If you want to do this in the general case, where your list tags can contain any legal HTML markup, then awk is the wrong tool. The right tool for the job would be an HTML parser, which you can trust to get correct all of the little details of HTML parsing, including variants of HTML and malformed HTML.

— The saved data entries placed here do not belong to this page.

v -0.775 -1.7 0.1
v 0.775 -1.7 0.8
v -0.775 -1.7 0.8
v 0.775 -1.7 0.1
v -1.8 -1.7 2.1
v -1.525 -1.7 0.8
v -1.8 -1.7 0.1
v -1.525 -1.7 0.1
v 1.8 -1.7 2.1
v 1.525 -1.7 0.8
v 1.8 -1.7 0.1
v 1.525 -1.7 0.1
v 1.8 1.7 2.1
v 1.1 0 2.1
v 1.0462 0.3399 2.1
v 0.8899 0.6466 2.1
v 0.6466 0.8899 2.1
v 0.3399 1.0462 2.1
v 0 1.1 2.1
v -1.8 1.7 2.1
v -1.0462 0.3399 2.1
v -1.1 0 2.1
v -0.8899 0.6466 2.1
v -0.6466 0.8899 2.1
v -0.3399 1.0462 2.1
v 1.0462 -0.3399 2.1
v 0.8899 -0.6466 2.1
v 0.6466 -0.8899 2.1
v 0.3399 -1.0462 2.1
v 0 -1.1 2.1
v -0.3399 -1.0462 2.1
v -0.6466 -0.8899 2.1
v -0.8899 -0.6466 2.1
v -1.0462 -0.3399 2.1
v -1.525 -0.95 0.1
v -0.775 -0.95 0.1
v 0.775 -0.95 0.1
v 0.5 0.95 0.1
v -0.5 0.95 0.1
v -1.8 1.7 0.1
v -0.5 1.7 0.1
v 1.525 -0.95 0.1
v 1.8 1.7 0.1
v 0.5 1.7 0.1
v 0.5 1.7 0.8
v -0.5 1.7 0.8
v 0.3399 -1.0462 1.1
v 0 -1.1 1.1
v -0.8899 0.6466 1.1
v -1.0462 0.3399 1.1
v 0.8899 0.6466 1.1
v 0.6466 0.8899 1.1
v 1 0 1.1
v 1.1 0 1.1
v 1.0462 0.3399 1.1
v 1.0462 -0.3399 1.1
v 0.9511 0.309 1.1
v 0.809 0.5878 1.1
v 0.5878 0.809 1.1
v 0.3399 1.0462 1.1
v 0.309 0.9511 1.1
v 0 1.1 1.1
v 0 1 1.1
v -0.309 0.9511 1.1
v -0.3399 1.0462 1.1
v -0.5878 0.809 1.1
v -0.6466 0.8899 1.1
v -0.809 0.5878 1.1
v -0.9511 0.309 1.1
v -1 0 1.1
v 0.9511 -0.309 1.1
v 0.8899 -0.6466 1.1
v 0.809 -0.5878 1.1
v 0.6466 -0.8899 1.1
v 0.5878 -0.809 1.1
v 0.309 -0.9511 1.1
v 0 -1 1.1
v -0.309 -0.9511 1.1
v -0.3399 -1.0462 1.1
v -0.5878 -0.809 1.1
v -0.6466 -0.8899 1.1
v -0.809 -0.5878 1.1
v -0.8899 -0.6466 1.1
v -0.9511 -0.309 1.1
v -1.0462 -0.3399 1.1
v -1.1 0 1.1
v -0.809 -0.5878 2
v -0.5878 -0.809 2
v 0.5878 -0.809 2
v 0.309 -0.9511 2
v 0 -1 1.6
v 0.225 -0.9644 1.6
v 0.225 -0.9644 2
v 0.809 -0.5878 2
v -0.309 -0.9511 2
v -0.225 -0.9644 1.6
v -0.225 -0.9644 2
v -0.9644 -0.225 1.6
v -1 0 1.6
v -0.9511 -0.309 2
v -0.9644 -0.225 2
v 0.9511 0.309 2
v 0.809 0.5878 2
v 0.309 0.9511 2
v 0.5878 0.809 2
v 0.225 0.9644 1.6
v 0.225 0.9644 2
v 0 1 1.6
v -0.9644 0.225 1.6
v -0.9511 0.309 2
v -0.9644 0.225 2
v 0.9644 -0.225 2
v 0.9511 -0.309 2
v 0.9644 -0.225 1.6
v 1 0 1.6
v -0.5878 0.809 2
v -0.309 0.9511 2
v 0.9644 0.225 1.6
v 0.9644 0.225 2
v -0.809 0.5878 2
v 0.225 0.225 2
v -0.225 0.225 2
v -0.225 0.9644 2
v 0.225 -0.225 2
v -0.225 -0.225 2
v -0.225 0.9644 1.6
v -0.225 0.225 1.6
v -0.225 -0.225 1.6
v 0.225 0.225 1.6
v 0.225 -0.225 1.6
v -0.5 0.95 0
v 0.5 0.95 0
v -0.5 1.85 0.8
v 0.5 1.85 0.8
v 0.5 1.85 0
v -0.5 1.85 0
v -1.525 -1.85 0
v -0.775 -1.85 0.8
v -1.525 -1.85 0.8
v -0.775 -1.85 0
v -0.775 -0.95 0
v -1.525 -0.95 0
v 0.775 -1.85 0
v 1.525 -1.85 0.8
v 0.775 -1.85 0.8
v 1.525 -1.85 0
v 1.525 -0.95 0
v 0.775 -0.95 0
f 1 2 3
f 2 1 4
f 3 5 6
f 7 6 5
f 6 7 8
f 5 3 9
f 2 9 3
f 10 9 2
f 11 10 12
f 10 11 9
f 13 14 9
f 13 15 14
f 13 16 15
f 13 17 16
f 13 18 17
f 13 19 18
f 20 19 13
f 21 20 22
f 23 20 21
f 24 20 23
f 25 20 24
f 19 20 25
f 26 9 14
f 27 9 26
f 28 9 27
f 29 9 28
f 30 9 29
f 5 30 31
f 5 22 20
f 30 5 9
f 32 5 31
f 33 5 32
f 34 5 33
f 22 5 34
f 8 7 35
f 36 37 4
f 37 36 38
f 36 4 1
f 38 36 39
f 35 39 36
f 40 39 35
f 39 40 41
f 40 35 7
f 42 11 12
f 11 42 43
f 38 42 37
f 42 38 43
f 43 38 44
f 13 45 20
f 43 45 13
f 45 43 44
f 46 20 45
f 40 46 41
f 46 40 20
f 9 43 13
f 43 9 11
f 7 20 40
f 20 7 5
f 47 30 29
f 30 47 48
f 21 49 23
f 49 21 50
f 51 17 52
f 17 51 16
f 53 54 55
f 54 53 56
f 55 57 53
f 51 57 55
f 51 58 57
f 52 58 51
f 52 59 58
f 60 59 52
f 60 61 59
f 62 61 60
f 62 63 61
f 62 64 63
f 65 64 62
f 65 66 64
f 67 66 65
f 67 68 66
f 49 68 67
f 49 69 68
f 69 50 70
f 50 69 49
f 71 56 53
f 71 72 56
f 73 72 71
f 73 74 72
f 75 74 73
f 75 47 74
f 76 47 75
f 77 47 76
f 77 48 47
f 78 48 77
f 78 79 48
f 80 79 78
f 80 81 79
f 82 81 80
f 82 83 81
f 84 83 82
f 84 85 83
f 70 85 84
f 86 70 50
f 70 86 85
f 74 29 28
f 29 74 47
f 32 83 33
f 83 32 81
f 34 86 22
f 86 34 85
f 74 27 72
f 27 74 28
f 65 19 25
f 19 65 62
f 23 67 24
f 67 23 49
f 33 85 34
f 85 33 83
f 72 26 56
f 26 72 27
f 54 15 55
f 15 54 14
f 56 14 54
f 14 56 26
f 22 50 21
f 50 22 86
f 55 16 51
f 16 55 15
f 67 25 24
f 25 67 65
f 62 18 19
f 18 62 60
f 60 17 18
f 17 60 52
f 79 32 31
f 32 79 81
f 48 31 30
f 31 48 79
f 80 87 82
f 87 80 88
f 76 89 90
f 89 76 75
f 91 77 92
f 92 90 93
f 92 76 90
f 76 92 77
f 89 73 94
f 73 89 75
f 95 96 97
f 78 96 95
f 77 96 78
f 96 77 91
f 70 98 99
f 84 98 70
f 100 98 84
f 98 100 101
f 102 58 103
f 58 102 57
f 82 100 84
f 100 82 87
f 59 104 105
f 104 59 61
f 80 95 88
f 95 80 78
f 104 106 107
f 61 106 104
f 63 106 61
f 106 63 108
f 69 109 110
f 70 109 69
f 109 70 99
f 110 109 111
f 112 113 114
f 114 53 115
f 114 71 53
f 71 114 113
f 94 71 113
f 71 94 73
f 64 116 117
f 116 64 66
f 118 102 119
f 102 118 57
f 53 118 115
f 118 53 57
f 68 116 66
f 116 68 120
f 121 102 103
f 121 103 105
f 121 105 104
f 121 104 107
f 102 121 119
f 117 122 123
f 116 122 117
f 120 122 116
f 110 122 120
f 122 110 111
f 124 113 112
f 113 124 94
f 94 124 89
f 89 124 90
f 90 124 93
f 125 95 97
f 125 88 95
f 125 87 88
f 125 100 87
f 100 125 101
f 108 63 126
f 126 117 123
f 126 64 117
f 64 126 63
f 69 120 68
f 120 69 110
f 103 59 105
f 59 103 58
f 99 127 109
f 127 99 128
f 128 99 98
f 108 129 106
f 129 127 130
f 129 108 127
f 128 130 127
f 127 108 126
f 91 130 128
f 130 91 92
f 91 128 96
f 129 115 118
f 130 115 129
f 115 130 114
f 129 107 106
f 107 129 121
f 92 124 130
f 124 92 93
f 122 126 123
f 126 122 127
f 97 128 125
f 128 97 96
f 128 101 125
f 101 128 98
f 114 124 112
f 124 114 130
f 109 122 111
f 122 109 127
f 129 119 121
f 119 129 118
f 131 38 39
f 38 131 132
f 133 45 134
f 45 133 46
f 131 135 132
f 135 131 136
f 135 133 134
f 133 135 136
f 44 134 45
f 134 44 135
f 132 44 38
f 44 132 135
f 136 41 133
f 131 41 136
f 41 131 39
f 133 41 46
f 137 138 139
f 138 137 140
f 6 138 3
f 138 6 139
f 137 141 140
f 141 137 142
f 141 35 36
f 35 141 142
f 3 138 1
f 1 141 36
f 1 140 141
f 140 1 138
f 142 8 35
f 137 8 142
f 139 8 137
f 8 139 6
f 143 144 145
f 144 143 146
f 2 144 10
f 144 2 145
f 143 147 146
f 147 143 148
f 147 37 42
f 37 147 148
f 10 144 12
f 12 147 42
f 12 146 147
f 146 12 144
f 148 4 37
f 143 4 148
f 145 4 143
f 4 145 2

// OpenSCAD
rotate([0,0,-90]){
difference(){
translate([-3.4/2,-3.6/2,0.1])color("grey")cube([3.4,3.6,2.0]);
translate([0,0,1.1])color("grey")cylinder(r=1.1,h=1.1,$fn=20);
}
difference(){
translate([0,0,1])color("white")cylinder(r=1,h=1,$fn=20);
translate([-1,-0.45/2,1.6])color("white")cube([2,0.45,0.41]);
translate([-0.45/2,-1,1.6])color("white")cube([0.45,2,,0.41]);
}

translate([-3.4/2+0.3-0.9/2,-0.5,0])color("silver")cube([0.9,1,0.8]);
translate([-3.4/2+0.3-0.9/2,-0.75/2,0])color("silver")cube([0.9,0.75,0.8]);
translate([3.4/2-0.3-0.9/2,-1.15-0.75/2,0])color("silver")cube([0.9,0.75,0.8]);
translate([3.4/2-0.3-0.9/2,+1.15-0.75/2,0])color("silver")cube([0.9,0.75,0.8]);
}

If you are doing this for a special case, where you can control the HTML formatting, then you may be able to make awk work for you. For example, let's assume you can guarantee that each list element never occupies more than one line, is always terminated with </li> on the same line, never contains any markup (such as a list that contains a list), then you can use awk to do this, but you need to write a whole awk program that first finds lines that contain list elements, then uses other awk commands to find just the substring you are interested in.
But in general, awk is the wrong tool for this job.
gawk -F'<li>' -v RS='</li>' 'RT{print $NF}' file
Worked pretty well for me.
By your script, if you can get what you want (it means <li> and <a> tag is in one line.);
$ cat test.html | awk 'sub(/<li[^>]*><a[^>]*>/,"")&&sub(/<\/a>.*/,"")'
or
$ cat test.html | gawk '/<li[^>]*><a[^>]*>(.*?)<\/a>.*/&&$0=gensub(/<li[^>]*><a[^>]*>(.*?)<\/a>.*/,"\\1", 1)'
First one is for every awk, second one is for gnu awk.
There are several issues that I see:
The pattern has a trailing 'm' which is significant for multi-line matches in Perl, but Awk does not use Perl-compatible regular expressions. (At least, standard (non-GNU) awk does not.)
Ignoring that, the pattern seems to search for a 'start list item' followed by an anchor '<a>' to '</a>', not the end list item.
You search for anything that is not a '>' as the body of the anchor; that's not automatically wrong, but it might be more usual to search for anything that is not '<', or anything that is neither.
Awk does not do multi-line searches.
In Awk, '$1' denotes the first field, where the fields are separated by the field separator characters, which default to white space.
In classic nawk (as documented in the 'sed & awk' book vintage 1991) does not have a mechanism in place for pulling sub-fields out of matches, etc.
It is not clear that Awk is the right tool for this job. Indeed, it is not entirely clear that regular expressions are the right tool for this job.
Don't really know awk, how about Perl instead?
tr -d '\012' the.html | perl \
-e '$text = <>;' -e 'while ( length( $text) > 0)' \
-e '{ $text =~ /<li>(.*?)<\/li>(.*)/; $target = $1; $text = $2; print "$target\n" }'
1) remove newlines from file, pipe through perl
2) initialize a variable with the complete text, start a loop until text is gone
3) do a "non greedy" match for stuff bounded by list-item tags, save and print the target, set up for next pass
Make sense? (warning, did not try this code myself, need to go home soon...)
P.S. - "perl -n" is Awk (nawk?) mode. Perl is largely a superset of Awk, so I never bothered to learn Awk.